SEAL Team Six Hunt the Scorpion(49)
No answer. The front wall was too high to climb, so he pushed past some low shrubs and descended along the side. The property ended at the beach, where gentle waves washed across the sand. A second door sat in the middle of the back wall. No bell or buzzer there, either, so he hoisted himself up, put his foot on the knob, and climbed over, past palm trees that rattled overhead. The lights were on in the oval pool. Someone had left a white towel and an old issue of Us magazine by one of the lounge chairs.
It struck Crocker as a strange place for two professional colleagues to spend the night. Seemed more fitting for a romantic vacation.
Doubts started to stalk him. As he peered through the patio window he tried to remember precisely when he had spoken to Holly last and what they had discussed. There wasn’t much to see—modern living room furniture, a vase filled with peacock feathers, a fireplace that opened to both sides of the house.
The patio door wasn’t locked, so he slid it open and stepped in.
Saw a light and heard murmuring voices from inside.
This was starting to remind him of a movie scene where the husband returns home unexpectedly to find another man sleeping with his wife.
Holly would never do that.
Right?
He followed the light and voices up two steps and stopped. His heart seemed to be beating in his throat.
He tried to prepare himself. Took a deep breath.
What if I find them together? What will I do then?
He blocked out these thoughts and concentrated instead on the sounds: a rumble of waves crashing in the background, the low murmur of voices from the room. Bracing himself, he entered. The light came from a lamp on the far side of the bed. The sheets and coverlet had been pulled aside but the bed was empty. The murmuring sound was coming from a television on the opposite wall. He looked for signs of Holly and saw an open lipstick on the dresser alongside the white-handled brush she always carried in her purse, a pair of her running shoes on the floor.
She’s still here!
Where?
Turning, he crossed along the front of the house through a long kitchen and dining area to a hallway on the far end. The bathroom door was open, the toilet inside running.
One door at the end of the hall; another behind him. He opened the one ahead and entered, let his eyes adjust to the darkness. The place was a mess—clothes, men’s shoes, and papers strewn across the floor, the sheets pulled off a bed, a chair turned over. The dresser drawers emptied.
Crocker pulled aside the curtains so the moonlight streamed in and quickly confirmed that there was no one in the room.
His heart beating wildly, he spun and doubled back to the front of the house. Alarms were going off in his head.
A faint bluish light spilled out the bottom of the door. He clenched his fists and entered.
The first thing he noticed was the light from the desk lamp filling the small rectangular room with strange shadows. Next, his eyes focused on a single bed.
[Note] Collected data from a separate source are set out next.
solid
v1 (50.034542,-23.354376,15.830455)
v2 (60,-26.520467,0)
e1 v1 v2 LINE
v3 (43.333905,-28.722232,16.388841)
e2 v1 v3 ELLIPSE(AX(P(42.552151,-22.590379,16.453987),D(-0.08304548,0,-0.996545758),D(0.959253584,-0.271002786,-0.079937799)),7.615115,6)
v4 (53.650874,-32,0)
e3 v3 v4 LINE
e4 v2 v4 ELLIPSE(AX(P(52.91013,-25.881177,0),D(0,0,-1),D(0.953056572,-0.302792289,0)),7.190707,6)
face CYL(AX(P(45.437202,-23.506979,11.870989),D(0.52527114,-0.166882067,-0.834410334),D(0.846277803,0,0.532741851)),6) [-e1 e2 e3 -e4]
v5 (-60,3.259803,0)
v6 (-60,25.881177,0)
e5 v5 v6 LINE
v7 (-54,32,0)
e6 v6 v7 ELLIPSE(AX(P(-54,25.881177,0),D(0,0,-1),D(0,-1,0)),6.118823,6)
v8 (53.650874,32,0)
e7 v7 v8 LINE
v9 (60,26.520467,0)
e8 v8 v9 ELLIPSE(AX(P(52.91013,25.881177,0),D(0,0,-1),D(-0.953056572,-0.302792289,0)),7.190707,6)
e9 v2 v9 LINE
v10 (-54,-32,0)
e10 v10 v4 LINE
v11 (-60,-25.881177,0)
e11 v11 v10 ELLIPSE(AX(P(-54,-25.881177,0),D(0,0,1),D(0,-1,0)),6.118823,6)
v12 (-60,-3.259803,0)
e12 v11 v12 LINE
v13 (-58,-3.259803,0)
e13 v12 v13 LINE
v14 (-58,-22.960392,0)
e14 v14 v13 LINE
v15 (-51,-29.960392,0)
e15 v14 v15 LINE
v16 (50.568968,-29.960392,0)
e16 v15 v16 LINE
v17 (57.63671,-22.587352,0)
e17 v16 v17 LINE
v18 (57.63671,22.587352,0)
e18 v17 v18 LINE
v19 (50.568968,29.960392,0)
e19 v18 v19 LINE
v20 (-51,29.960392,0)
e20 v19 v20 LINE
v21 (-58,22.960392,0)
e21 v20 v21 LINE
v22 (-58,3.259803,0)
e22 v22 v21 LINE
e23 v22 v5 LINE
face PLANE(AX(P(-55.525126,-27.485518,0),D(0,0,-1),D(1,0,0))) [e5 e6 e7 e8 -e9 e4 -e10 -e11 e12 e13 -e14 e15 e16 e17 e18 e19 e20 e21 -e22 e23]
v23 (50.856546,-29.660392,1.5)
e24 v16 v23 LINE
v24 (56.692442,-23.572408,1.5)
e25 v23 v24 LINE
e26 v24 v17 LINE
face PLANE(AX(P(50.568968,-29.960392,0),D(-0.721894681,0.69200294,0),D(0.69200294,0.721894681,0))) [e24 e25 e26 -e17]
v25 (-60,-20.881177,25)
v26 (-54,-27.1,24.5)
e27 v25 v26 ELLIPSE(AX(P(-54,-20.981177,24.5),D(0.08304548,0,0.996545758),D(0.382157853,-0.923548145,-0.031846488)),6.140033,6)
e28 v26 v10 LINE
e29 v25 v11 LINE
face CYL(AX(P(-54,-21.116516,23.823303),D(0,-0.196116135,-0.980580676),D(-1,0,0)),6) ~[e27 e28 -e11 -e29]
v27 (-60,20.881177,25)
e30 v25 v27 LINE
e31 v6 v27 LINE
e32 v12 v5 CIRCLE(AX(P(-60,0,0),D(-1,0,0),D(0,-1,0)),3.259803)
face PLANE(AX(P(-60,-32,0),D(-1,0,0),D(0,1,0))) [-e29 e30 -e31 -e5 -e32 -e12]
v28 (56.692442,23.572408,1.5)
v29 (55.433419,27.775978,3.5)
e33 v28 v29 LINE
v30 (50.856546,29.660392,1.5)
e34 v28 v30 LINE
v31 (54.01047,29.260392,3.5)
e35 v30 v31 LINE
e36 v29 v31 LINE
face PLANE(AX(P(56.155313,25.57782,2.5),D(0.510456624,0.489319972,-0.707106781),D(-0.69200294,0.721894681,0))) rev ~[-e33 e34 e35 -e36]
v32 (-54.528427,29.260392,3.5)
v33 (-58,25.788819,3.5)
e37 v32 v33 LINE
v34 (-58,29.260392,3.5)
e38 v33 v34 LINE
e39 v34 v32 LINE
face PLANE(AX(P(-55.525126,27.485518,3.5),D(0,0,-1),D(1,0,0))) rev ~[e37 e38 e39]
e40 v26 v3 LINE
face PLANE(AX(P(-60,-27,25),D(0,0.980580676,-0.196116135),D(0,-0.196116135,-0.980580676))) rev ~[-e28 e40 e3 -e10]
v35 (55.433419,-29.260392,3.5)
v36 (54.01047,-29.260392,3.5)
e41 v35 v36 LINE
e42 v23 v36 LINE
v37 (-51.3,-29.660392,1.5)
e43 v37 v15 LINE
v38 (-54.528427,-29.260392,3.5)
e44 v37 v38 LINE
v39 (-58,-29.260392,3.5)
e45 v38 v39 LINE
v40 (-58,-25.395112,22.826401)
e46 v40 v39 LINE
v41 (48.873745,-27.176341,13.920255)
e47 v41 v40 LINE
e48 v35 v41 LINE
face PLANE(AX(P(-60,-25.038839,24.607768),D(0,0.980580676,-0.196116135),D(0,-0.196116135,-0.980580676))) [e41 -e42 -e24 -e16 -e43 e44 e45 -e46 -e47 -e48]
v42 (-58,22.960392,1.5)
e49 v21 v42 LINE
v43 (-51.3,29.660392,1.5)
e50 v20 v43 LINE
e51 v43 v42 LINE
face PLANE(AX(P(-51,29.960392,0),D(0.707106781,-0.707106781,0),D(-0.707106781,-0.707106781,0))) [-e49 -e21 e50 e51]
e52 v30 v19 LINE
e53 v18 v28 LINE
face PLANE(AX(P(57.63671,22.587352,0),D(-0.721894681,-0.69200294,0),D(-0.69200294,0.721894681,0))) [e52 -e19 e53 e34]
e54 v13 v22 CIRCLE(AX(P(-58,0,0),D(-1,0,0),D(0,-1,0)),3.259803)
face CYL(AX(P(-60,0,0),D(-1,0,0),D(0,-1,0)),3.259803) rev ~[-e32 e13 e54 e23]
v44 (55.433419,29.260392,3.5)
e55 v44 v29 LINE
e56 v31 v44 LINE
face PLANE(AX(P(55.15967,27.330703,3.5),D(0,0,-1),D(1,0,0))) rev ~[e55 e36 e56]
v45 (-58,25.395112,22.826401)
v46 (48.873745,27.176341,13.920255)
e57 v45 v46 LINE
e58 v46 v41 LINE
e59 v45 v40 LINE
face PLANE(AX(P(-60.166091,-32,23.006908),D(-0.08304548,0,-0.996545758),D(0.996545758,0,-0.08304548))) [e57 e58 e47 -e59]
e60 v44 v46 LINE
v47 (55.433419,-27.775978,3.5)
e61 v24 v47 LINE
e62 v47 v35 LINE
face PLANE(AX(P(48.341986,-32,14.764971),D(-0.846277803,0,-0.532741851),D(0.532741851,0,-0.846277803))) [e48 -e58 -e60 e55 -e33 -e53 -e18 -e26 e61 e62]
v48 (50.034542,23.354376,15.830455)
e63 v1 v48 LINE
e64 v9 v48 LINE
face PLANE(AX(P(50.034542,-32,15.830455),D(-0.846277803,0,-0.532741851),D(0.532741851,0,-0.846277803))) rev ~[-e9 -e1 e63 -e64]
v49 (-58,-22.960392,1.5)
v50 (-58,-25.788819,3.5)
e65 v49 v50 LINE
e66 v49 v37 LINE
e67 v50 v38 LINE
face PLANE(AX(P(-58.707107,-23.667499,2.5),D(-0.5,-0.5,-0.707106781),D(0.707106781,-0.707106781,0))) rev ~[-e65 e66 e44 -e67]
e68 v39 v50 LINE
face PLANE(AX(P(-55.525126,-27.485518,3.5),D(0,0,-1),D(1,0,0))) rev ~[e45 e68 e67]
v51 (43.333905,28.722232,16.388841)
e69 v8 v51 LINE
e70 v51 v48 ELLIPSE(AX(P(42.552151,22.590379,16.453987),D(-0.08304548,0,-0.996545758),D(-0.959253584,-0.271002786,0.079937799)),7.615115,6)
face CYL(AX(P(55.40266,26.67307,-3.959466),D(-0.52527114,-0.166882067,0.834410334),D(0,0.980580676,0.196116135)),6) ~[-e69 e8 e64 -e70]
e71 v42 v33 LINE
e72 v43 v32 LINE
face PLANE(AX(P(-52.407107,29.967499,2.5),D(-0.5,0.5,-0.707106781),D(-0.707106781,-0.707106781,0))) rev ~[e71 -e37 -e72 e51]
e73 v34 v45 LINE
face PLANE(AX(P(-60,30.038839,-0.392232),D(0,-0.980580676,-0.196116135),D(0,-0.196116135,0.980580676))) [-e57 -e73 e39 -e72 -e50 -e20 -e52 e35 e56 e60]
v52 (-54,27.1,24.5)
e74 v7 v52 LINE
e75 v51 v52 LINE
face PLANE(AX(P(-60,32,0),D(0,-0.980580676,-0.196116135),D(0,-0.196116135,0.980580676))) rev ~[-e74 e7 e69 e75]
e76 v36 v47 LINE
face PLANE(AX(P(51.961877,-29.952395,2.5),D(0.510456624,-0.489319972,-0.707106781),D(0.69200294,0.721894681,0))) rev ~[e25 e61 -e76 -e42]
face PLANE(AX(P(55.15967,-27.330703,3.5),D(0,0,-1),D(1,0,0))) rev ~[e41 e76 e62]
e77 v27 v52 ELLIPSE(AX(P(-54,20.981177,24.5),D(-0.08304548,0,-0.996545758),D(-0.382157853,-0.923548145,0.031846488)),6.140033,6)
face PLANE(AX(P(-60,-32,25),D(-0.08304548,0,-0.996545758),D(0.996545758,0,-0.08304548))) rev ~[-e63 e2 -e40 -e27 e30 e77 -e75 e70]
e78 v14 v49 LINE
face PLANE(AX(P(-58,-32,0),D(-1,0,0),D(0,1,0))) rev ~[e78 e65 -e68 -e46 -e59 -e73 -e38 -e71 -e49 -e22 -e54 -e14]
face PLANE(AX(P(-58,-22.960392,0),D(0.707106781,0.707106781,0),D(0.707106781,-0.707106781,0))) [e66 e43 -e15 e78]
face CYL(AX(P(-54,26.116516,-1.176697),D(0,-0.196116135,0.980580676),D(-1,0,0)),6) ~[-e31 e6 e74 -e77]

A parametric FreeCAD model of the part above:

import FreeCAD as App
import Part
import Sketcher


def edges_at(feature, points):
    """Names of the edges that pass closest to the given points."""
    edges = feature.Shape.Edges
    near = lambda p: min(range(len(edges)), key=lambda i: edges[i].distToShape(Part.Vertex(*p))[0])
    return sorted({f"Edge{near(p) + 1}" for p in points})


def faces_at(feature, points):
    """Names of the faces that lie closest to the given points."""
    faces = feature.Shape.Faces
    near = lambda p: min(range(len(faces)), key=lambda i: faces[i].distToShape(Part.Vertex(*p))[0])
    return sorted({f"Face{near(p) + 1}" for p in points})

doc = App.newDocument("Part")
params = doc.addObject("Spreadsheet::Sheet", "Params")
for row, (alias, value) in enumerate([
    ("sketch1_width", "120 mm"),
    ("sketch1_height", "64 mm"),
    ("pad1_length", "25 mm"),
    ("sketch2_width", "120 mm"),
    ("sketch2_height", "10 mm"),
    ("sketch3_height", "15 mm"),
    ("sketch3_length", "10 mm"),
    ("sketch4_width", "5 mm"),
    ("sketch4_height", "25 mm"),
    ("thickness_wall", "2 mm"),
    ("pocket4_length", "25 mm"),
    ("sketch6_width", "7 mm"),
    ("pad2_length", "3.5 mm"),
    ("chamfer_size", "2 mm"),
    ("fillet_radius", "6 mm"),
], start=1):
    params.set(f"A{row}", alias)
    params.set(f"B{row}", "=" + value)
    params.setAlias(f"B{row}", alias)

body = doc.addObject("PartDesign::Body", "Body")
In the folds of the covers Crocker saw a shiny object he identified as a six-inch kitchen knife.
Then he noticed a pool of blood on the floor near the desk. Stepping past the bed, he saw a man’s body lying facedown. The back of his head had been blasted off, indicating an exit wound.
Instinctively, Crocker felt for an artery on his neck to confirm that he was dead. No pulse.
Lifting the body under the shoulders, he turned it over carefully.
It didn’t resemble Brian Shaw or anyone else he recognized. Poor fellow looked to be a local—dark skin, hair, and eyes, a couple of days’ growth of beard.
Crocker set the body back down, relieved and unsettled—relieved that his worst fears hadn’t been confirmed, unsettled because he realized that something equally terrible had happened. A man had been killed, and Holly and Brian were missing.
He wanted to run and find her but had no idea where to go.
He also felt violated.
Nobody touches my wife and gets away with it. No one!
The whoop-whoop-whoop of the helicopter blades still echoed in his head as he sat in a comfortable leather chair in Ambassador Saltzman’s office. Air-conditioned air tickled his nose. He wanted to sneeze but caught himself. The ambassador sat behind his desk speaking into a cordless phone.
Crocker had remained in Sirte the previous night with a group of Canadian soldiers who worked the scene. Canucks, they called themselves. Good guys who loved the North African weather but missed their girlfriends back home. All the female residents of the city were hiding, they reported as they gathered evidence from the house, searched the area, and set up local roadblocks, all in a frenzy.
They’d come up with practically nothing. The deceased man in the house turned out to be the caretaker, a Libyan engineering student named Ali ak-Riyyad, twenty-one years old. The owners had fled to Morocco before the war and hadn’t returned. When friends and family members weren’t using the place, they rented it to visitors.